Thermodynamics | Polytropic Process#

Polytropic Process#

Polytropic process is a process which follows the equation:

\[PV^x = k\]

where, x = polytropic index and k = constant

Special Cases:

If x = 0 ⇒ P = constant ⇒ Isobaric process
If x = 1 ⇒ PV = constant ⇒ Isothermal process
If x = γ ⇒ PV^γ = constant ⇒ Adiabatic process

Work done in a polytropic process#

For a reversible polytropic process, work done can be calculated as:

\[W = - \int\limits_{V_1}^{V_2} P_{ext}dV\]

\[W = - \int\limits_{V_1}^{V_2} P_{gas}dV\]

\[W = - \int\limits_{V_1}^{V_2} {k \over V^x}dV\]

\[W = {-k(V_2^{1-x} - V_1^{1-x}) \over 1-x}\]

Calculation of molar heat capacity#

Molar heat capacity is defined as heat capacity per unit mole.

\[C_m = {dq \over ndT}\]

\[C_m = {dU - dW \over ndT}\]

\[C_m = {dU - (-PdV) \over ndT}\]

\[C_m = {dU \over ndT} + {PdV \over ndT}\]

\[C_m = {nC_vdT \over ndT} + {PdV \over ndT}\]
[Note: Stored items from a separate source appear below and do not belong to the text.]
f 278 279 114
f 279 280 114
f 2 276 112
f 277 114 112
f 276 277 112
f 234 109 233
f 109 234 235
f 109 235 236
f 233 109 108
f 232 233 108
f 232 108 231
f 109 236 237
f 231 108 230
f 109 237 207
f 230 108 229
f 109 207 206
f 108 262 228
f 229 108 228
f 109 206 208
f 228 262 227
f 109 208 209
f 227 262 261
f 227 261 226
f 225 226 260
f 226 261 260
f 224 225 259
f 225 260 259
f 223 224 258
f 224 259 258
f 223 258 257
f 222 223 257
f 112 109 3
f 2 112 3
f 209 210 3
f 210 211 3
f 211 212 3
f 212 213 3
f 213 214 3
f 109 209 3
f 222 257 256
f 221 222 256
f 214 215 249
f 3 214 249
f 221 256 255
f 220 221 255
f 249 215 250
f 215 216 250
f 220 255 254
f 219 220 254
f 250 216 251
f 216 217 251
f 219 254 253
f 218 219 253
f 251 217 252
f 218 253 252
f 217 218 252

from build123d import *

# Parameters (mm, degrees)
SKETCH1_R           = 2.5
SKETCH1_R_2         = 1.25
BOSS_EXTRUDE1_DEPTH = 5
\[C_m = C_v + {PdV \over ndT}\]

Let's calculate dV/dT so that it can be used in above expression.

\[PV^x = k\]

\[ {T \over V}V^x = k\]

\[TV^{x-1} = k\]

Differentiating both sides:

\[V^{x-1}dT + T(x-1)V^{x-2}dV = 0\]

\[ {dV \over dT} = {V \over T(1-x)}\]

Putting in the expression of C_m:

\[C_m = C_v + {PV \over nT(1-x)}\]

Since, PV = nRT (ideal gas equation), we can write:

\[C_m = C_v + {nRT \over nT(1-x)}\]

\[C_m = C_v + {R \over (1-x)}\]

Questions based on Polytropic Process#

For a monoatomic ideal gas, the ratio of pressure and square of volume is 3. How much heat should be supplied to increase the temperature of 5 moles of the gas by 50^oC?

\[ {P \over V^2} = 3\]

\[ PV^{-2} = constant\]

This is a polytropic process with x = -2.
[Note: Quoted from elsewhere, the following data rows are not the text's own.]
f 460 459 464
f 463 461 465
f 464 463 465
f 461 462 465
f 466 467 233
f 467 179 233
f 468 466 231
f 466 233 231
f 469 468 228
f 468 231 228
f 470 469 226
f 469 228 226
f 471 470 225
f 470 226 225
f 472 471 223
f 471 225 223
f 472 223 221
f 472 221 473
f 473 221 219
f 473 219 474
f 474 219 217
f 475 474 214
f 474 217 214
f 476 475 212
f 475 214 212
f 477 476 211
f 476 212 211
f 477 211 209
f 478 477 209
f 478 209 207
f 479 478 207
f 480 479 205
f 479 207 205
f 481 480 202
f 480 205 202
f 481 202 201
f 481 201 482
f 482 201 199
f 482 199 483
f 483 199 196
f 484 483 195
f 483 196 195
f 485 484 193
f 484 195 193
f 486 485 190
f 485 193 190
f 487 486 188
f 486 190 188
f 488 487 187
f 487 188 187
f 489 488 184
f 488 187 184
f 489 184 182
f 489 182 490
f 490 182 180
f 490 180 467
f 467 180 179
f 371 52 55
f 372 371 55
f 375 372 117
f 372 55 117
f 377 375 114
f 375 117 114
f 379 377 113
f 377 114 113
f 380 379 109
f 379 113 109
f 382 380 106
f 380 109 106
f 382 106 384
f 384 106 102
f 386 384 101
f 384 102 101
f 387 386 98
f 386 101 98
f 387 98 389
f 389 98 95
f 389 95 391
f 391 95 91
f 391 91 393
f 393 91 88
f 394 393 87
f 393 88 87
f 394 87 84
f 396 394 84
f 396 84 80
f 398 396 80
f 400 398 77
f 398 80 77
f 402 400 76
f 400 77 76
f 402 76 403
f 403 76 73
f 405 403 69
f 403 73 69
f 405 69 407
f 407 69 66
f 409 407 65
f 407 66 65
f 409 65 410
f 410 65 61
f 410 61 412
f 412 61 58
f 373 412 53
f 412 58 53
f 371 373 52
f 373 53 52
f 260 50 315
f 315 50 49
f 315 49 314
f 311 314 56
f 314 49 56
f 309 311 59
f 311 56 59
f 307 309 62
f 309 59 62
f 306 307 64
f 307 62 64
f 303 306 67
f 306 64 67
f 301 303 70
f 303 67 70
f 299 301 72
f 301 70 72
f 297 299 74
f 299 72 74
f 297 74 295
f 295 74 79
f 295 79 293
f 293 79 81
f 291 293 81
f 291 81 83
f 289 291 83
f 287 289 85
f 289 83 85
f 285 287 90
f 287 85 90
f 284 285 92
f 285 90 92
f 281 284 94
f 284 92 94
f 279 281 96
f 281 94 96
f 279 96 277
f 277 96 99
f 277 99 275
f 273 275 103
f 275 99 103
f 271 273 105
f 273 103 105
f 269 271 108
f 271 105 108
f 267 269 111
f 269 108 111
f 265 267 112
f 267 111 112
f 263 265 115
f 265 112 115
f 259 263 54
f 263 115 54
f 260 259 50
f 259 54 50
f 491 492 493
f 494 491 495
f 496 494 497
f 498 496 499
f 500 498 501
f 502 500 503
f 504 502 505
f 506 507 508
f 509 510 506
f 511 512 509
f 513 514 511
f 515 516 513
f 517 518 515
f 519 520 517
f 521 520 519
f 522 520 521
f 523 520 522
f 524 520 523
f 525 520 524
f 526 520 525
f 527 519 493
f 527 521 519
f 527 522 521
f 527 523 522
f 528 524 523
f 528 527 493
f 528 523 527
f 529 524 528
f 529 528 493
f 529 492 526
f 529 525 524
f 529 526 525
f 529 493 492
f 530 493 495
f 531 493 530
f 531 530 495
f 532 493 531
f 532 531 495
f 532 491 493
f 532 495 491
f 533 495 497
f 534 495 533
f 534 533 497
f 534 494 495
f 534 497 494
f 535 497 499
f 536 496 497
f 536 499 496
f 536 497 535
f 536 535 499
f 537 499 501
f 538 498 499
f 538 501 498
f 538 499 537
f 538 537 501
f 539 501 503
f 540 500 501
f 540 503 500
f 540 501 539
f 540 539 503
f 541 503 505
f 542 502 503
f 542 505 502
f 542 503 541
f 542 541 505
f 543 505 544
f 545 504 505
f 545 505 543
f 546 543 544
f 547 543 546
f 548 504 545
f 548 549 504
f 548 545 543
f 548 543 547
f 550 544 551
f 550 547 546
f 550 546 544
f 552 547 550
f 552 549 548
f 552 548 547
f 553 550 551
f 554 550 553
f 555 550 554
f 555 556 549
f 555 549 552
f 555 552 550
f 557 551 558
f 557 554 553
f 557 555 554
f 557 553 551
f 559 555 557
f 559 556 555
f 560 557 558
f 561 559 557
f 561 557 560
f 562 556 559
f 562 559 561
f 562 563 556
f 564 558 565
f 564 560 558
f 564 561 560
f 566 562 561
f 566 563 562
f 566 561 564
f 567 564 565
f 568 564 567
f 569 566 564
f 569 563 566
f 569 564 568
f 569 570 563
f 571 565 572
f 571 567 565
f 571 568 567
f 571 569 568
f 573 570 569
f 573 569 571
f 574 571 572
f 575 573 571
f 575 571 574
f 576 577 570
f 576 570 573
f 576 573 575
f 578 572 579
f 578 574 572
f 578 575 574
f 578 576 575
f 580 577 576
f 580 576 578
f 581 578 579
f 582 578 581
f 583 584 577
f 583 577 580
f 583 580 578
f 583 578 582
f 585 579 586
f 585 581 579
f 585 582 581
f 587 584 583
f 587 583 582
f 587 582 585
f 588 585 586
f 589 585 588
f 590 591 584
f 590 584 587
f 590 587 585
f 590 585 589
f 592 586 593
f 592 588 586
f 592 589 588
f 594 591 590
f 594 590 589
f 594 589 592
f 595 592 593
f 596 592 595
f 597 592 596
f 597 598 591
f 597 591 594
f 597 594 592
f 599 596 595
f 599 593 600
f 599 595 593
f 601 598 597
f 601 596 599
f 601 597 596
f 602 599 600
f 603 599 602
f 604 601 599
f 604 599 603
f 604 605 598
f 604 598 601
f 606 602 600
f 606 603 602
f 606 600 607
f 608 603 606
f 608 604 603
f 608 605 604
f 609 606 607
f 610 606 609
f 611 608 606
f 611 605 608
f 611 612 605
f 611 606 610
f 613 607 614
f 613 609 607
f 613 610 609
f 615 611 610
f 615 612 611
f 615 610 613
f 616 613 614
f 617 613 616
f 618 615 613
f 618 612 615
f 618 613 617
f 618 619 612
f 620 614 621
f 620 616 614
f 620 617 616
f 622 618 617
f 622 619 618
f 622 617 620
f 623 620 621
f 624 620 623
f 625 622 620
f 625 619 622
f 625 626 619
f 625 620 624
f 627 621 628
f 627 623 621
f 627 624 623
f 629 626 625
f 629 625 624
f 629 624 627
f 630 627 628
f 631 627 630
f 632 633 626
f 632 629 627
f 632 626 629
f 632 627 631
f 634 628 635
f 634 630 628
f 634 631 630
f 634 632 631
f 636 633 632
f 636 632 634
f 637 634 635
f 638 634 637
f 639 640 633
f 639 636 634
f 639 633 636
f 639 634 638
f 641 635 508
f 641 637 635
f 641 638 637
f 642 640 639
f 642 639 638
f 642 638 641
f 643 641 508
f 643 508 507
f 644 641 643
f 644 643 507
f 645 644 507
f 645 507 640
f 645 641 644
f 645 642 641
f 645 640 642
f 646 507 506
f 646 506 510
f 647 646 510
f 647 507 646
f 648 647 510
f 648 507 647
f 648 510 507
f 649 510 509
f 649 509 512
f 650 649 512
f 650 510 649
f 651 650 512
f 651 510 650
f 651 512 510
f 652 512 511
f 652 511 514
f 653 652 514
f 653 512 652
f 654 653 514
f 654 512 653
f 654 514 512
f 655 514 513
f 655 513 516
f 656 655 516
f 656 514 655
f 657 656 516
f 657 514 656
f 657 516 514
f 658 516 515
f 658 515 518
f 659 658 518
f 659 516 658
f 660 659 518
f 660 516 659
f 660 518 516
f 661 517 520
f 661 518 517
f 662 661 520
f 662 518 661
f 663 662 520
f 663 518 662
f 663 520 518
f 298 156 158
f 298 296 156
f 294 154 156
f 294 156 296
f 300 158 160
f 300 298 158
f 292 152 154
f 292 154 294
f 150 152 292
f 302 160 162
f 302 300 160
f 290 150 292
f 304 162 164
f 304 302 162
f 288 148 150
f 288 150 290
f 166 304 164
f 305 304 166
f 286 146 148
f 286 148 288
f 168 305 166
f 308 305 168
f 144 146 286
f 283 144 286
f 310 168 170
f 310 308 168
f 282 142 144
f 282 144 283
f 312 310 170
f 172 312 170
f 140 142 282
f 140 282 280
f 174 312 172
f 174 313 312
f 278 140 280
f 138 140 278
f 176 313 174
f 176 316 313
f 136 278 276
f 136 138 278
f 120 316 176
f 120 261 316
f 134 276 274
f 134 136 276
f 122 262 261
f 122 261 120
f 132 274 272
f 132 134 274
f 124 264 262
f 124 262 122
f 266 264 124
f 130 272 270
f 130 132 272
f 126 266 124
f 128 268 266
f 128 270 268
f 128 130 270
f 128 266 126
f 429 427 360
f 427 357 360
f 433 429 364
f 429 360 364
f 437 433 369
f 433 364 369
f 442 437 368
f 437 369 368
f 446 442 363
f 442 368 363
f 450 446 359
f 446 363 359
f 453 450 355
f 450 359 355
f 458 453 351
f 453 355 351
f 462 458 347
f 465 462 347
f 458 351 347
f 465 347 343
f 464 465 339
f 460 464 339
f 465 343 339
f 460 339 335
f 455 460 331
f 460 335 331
Molar heat capacity is given by:

\[C_m = C_v + {R \over (1-x)}\]

\[C_m = C_v + {R \over (1-(-2))}\]

\[C_m = {3R \over 2} + {R \over 3}\]

\[C_m = {11R \over 6}\]

Also, molar heat capacity is given by:

\[C_m = {dq \over ndT}\]

\[dq = nC_mdT\]

\[q = \int\limits_{T_1}^{T_2} nC_mdT\]

\[q = nC_m(T_2 - T_1)\]

\[q = nC_mΔT\]

\[q = 5 \times {11R \over 6} \times 50\]

\[q = {1375R \over 3}\]

\[q = {1375 \times 8.314 \over 3}\]

\[q = 3810.58\ J\]

The molar heat capacity of a gas (at room temperature) for which pressure and volume are equal is 7R/2. What will be the rotational degree of freedom for this gas? Also, predict the atomicity of gas.

\[Given:\ P = V\]

\[PV^{-1} = constant\]

This is a polytropic process with x = -1.

Molar heat capacity is given by:

\[C_m = C_v + {R \over (1-x)}\]

\[⇒{7R \over 2} = C_v + {R \over (1-(-1))}\]
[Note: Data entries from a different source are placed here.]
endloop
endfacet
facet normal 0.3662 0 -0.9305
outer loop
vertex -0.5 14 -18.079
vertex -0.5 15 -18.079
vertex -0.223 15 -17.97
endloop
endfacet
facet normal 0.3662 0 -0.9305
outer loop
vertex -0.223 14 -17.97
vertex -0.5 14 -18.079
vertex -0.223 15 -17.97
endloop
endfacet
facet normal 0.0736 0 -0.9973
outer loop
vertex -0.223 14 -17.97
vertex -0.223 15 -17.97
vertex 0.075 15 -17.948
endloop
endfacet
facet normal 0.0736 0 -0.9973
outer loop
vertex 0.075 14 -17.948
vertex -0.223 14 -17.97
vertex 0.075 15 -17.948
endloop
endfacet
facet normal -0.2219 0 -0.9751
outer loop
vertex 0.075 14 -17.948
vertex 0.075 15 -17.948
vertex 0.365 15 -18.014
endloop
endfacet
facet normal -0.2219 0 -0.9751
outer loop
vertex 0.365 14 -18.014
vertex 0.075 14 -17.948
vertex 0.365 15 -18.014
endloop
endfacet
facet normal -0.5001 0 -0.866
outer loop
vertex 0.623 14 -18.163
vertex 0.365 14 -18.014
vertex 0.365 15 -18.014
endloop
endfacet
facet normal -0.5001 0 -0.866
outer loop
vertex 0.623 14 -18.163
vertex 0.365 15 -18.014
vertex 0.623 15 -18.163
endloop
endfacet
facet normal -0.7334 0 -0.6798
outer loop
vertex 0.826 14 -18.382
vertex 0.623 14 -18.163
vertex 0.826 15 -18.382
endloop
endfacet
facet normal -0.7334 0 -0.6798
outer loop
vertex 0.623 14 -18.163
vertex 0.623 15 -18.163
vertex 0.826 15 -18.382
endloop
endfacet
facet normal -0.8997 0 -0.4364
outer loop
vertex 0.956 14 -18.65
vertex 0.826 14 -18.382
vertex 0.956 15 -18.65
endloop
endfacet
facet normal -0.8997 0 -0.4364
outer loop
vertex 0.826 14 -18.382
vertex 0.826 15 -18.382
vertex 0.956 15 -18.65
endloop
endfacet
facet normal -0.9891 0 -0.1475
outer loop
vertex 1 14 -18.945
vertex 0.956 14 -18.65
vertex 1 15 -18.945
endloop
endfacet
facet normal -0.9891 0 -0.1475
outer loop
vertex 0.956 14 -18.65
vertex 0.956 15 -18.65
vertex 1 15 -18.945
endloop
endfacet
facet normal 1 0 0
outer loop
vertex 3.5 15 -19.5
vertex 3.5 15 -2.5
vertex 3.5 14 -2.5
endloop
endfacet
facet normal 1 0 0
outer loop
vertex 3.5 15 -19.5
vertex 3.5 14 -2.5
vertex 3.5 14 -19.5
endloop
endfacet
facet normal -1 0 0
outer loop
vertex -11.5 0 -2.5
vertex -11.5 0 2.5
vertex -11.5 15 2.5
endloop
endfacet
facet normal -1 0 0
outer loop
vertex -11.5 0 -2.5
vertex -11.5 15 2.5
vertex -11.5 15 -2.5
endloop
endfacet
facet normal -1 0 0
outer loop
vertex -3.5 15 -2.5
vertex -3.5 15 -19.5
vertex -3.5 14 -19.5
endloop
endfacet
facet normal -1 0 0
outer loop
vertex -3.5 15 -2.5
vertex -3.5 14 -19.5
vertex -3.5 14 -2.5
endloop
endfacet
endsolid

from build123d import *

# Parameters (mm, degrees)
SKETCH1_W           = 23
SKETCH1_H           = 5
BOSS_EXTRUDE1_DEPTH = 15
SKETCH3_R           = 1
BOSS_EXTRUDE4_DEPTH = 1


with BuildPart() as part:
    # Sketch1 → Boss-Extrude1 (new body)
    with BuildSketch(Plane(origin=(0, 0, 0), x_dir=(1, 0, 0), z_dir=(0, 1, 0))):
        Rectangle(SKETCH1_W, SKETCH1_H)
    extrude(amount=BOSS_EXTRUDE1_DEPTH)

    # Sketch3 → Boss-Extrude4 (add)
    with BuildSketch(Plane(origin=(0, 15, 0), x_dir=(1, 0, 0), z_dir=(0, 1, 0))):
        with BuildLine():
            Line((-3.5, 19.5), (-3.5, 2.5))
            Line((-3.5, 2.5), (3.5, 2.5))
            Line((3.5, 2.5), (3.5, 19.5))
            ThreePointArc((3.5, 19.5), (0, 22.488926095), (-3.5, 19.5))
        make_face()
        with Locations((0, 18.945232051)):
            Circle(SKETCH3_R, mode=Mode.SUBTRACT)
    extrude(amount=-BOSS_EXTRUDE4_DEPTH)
\[⇒{7R \over 2} = C_v + {R \over 2}\]

\[⇒C_v = 3R\]

Thus, it is a triatomic gas.

\[C_v = {fR \over 2}\]

\[⇒3R = {fR \over 2}\]

\[⇒f = 6\]

Thus, total degree of freedom = 6

Let f_tr = Translational degree of freedom and f_r = Rotational degree of freedom. Then, At room temperature:

\[f_{tr} + f_r = f\]

\[3 + f_r = 6\]

\[f_r = 3\]

Thus, rotational degree of freedom is 3.

Calculate the molar heat capacity of monoatomic gas for which the ratio of pressure and volume is 1.

\[Given:\ {P \over V} = 1\]

\[PV^{-1} = constant\]

This is a polytropic process with x = -1.

Molar heat capacity is given by:

\[C_m = C_v + {R \over (1-x)}\]

Since, C_v = 3R/2 for a monoatomic gas, we can write:

\[C_m = {3R \over 2} + {R \over (1-(-1))} \]

\[C_m = {3R \over 2} + {R \over 2}\]

\[C_m = 2R\]